The home owner was a very wealthy builder/developer/lumber yard owner who was dead set on what he wanted. His previous home had thick shingles and didn't like the California style valleys the roofers used in the valleys and he didn't want metal exposed. The two homes he was builder side by side (one for him 80 years old, the other for his brother widowed wife). The main part of the house was 6/12 with a dormer on the back and the garage was a 8/12 with two large dormers on the front of the house were the garage tied in. The shingles for both jobs were Certaineed Hallmarks. Here is what I did on both houses on the instructions of the home owner. First I laid ice and water in the valleys and weaved the felt in the valleys. Next I put a 36in wide roll of aluminum down the valley and a 36in wide roll of 240lb roofing material. After putting three beads of tar up each side of the valley I was ready to cut my shingles down the center of the valley. When the other side of the valley was done three more beads of tar and another cut this time right next to the other shingles so there was no gap.
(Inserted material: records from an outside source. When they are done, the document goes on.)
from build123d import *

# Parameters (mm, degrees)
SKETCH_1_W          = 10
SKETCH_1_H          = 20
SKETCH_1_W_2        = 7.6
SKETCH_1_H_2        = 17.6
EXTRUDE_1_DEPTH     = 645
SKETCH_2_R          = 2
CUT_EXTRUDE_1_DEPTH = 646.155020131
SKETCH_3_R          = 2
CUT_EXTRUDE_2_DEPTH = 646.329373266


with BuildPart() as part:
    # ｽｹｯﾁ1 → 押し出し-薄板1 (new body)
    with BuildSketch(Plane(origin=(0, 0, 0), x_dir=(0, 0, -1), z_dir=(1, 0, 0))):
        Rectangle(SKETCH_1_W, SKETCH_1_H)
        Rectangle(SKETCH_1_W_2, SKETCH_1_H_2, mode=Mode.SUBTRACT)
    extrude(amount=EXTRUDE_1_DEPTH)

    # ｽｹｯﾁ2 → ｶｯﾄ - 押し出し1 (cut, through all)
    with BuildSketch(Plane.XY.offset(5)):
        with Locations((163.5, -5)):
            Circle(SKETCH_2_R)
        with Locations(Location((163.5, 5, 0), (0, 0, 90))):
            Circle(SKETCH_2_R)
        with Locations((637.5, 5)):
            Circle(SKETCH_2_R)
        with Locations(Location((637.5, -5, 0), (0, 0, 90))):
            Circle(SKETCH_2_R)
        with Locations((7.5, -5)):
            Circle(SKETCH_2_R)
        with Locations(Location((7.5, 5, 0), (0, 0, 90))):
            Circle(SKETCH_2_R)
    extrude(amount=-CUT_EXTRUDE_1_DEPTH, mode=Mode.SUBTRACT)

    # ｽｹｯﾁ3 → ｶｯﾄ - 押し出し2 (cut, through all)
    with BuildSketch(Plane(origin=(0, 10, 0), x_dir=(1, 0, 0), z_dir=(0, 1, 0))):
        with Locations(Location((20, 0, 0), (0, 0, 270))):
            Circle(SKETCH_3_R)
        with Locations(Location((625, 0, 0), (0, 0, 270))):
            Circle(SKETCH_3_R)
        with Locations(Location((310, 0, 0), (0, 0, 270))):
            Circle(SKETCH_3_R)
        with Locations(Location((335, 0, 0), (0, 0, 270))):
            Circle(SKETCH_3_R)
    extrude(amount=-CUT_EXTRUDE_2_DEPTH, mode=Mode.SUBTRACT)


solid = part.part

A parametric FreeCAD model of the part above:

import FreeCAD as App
import Part
import Sketcher
from FreeCAD import Vector
Q = App.Units.Quantity

doc = App.newDocument("Part")
params = doc.addObject("Spreadsheet::Sheet", "Params")
for row, (alias, value) in enumerate([
    ("sketch1_width", "20 mm"),
    ("sketch1_height", "10 mm"),
    ("sketch1_width2", "17.6 mm"),
    ("sketch1_height2", "7.6 mm"),
    ("pad1_length", "645 mm"),
    ("sketch2_diameter", "4 mm"),
    ("sketch3_diameter", "4 mm"),
], start=1):
    params.set(f"A{row}", alias)
    params.set(f"B{row}", "=" + value)
    params.setAlias(f"B{row}", alias)

body = doc.addObject("PartDesign::Body", "Body")

sketch1 = doc.addObject("Sketcher::SketchObject", "Sketch")
body.addObject(sketch1)
sketch1.AttachmentSupport = (doc.YZ_Plane, [""])
sketch1.MapMode = "FlatFace"
sketch1.addGeometry([
    Part.LineSegment(Vector(10, 5, 0), Vector(-10, 5, 0)),
    Part.LineSegment(Vector(-10, 5, 0), Vector(-10, -5, 0)),
    Part.LineSegment(Vector(-10, -5, 0), Vector(10, -5, 0)),
    Part.LineSegment(Vector(10, -5, 0), Vector(10, 5, 0)),
    Part.LineSegment(Vector(-9, -4, 0), Vector(-9, 4, 0)),
    Part.LineSegment(Vector(-9, 4, 0), Vector(9, 4, 0)),
    Part.LineSegment(Vector(9, 4, 0), Vector(9, -4, 0)),
    Part.LineSegment(Vector(9, -4, 0), Vector(-9, -4, 0)),
], False)
sketch1.addConstraint([
    Sketcher.Constraint("Coincident", 0, 2, 1, 1),
    Sketcher.Constraint("Coincident", 1, 2, 2, 1),
    Sketcher.Constraint("Coincident", 2, 2, 3, 1),
    Sketcher.Constraint("Coincident", 3, 2, 0, 1),
    Sketcher.Constraint("Coincident", 4, 2, 5, 1),
    Sketcher.Constraint("Coincident", 5, 2, 6, 1),
    Sketcher.Constraint("Coincident", 6, 2, 7, 1),
    Sketcher.Constraint("Coincident", 7, 2, 4, 1),
    Sketcher.Constraint("Horizontal", 0),
    Sketcher.Constraint("Vertical", 1),
    Sketcher.Constraint("Horizontal", 2),
    Sketcher.Constraint("Vertical", 3),
    Sketcher.Constraint("Vertical", 4),
    Sketcher.Constraint("Horizontal", 5),
    Sketcher.Constraint("Vertical", 6),
    Sketcher.Constraint("Horizontal", 7),
    Sketcher.Constraint("Symmetric", 0, 2, 2, 2, -1, 1),
    Sketcher.Constraint("Symmetric", 4, 2, 6, 2, -1, 1),
    Sketcher.Constraint("DistanceX", 0, 2, 0, 1, Q("20 mm")),
    Sketcher.Constraint("DistanceY", 1, 2, 1, 1, Q("10 mm")),
    Sketcher.Constraint("DistanceX", 5, 1, 5, 2, Q("17.6 mm")),
    Sketcher.Constraint("DistanceY", 4, 1, 4, 2, Q("7.6 mm")),
])
sketch1.setExpression("Constraints[18]", "Params.sketch1_width")
sketch1.setExpression("Constraints[19]", "Params.sketch1_height")
sketch1.setExpression("Constraints[20]", "Params.sketch1_width2")
sketch1.setExpression("Constraints[21]", "Params.sketch1_height2")
pad1 = doc.addObject("PartDesign::Pad", "Pad")
body.addObject(pad1)
pad1.Profile = sketch1
pad1.setExpression("Length", "Params.pad1_length")

sketch2 = doc.addObject("Sketcher::SketchObject", "Sketch001")
body.addObject(sketch2)
sketch2.AttachmentSupport = (doc.XY_Plane, [""])
sketch2.MapMode = "FlatFace"
sketch2.AttachmentOffset = App.Placement(Vector(0, 0, 5), App.Rotation())
sketch2.addGeometry([
    Part.Circle(Vector(163.5, -5, 0), Vector(0, 0, 1), 2),
    Part.Circle(Vector(163.5, 5, 0), Vector(0, 0, 1), 2),
    Part.Circle(Vector(637.5, 5, 0), Vector(0, 0, 1), 2),
    Part.Circle(Vector(637.5, -5, 0), Vector(0, 0, 1), 2),
    Part.Circle(Vector(7.5, -5, 0), Vector(0, 0, 1), 2),
    Part.Circle(Vector(7.5, 5, 0), Vector(0, 0, 1), 2),
], False)
sketch2.addConstraint([
    Sketcher.Constraint("Equal", 0, 1),
    Sketcher.Constraint("Equal", 1, 2),
    Sketcher.Constraint("Equal", 2, 3),
    Sketcher.Constraint("Equal", 3, 4),
    Sketcher.Constraint("Equal", 4, 5),
    Sketcher.Constraint("Symmetric", 0, 3, 1, 3, -1),
    Sketcher.Constraint("Symmetric", 2, 3, 3, 3, -1),
    Sketcher.Constraint("Symmetric", 4, 3, 5, 3, -1),
    Sketcher.Constraint("Horizontal", 1, 3, 2, 3),
    Sketcher.Constraint("Horizontal", 3, 3, 4, 3),
    Sketcher.Constraint("Diameter", 0, Q("4 mm")),
    Sketcher.Constraint("DistanceY", 0, 3, -1, 1, Q("5 mm")),
    Sketcher.Constraint("DistanceX", 1, 3, 2, 3, Q("474 mm")),
    Sketcher.Constraint("DistanceX", 4, 3, 0, 3, Q("156 mm")),
    Sketcher.Constraint("DistanceX", -1, 1, 0, 3, Q("163.5 mm")),
])
sketch2.setExpression("Constraints[10]", "Params.sketch2_diameter")
pocket1 = doc.addObject("PartDesign::Pocket", "Pocket")
body.addObject(pocket1)
pocket1.Profile = sketch2
pocket1.Type = "ThroughAll"

sketch3 = doc.addObject("Sketcher::SketchObject", "Sketch002")
body.addObject(sketch3)
sketch3.AttachmentSupport = (doc.XZ_Plane, [""])
sketch3.MapMode = "FlatFace"
sketch3.AttachmentOffset = App.Placement(Vector(0, 0, -10), App.Rotation())
sketch3.addGeometry([
    Part.Circle(Vector(20, 0, 0), Vector(0, 0, 1), 2),
    Part.Circle(Vector(625, 0, 0), Vector(0, 0, 1), 2),
    Part.Circle(Vector(310, 0, 0), Vector(0, 0, 1), 2),
    Part.Circle(Vector(335, 0, 0), Vector(0, 0, 1), 2),
], False)
sketch3.addConstraint([
    Sketcher.Constraint("Equal", 0, 1),
    Sketcher.Constraint("Equal", 1, 2),
    Sketcher.Constraint("Equal", 2, 3),
    Sketcher.Constraint("PointOnObject", 0, 3, -1),
    Sketcher.Constraint("PointOnObject", 1, 3, -1),
    Sketcher.Constraint("PointOnObject", 2, 3, -1),
    Sketcher.Constraint("PointOnObject", 3, 3, -1),
    Sketcher.Constraint("Diameter", 0, Q("4 mm")),
    Sketcher.Constraint("DistanceX", -1, 1, 0, 3, Q("20 mm")),
    Sketcher.Constraint("DistanceX", -1, 1, 1, 3, Q("625 mm")),
    Sketcher.Constraint("DistanceX", -1, 1, 2, 3, Q("310 mm")),
    Sketcher.Constraint("DistanceX", -1, 1, 3, 3, Q("335 mm")),
])
sketch3.setExpression("Constraints[7]", "Params.sketch3_diameter")
pocket2 = doc.addObject("PartDesign::Pocket", "Pocket001")
body.addObject(pocket2)
pocket2.Profile = sketch3
pocket2.Type = "ThroughAll"
pocket2.Reversed = True

doc.recompute()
Both homes were done this way and 6 years later not one leak.

BTW, it was a mess!!!


----------



## AaronB. (Oct 6, 2004)

What did you use as a 240 roll of roofing material?


----------



## dougger222 (Jan 29, 2004)

AaronB. said:


> What did you use as a 240 roll of roofing material?


Not sure the name but it was basicly like a shingle in a 36 in wide roll. Very heavy and pieces were cut on the ground and carried up the roof. Thinking they either came in 25 or 50 foot rolls but not sure anymore.

All the steps made for overkill but it worked.


----------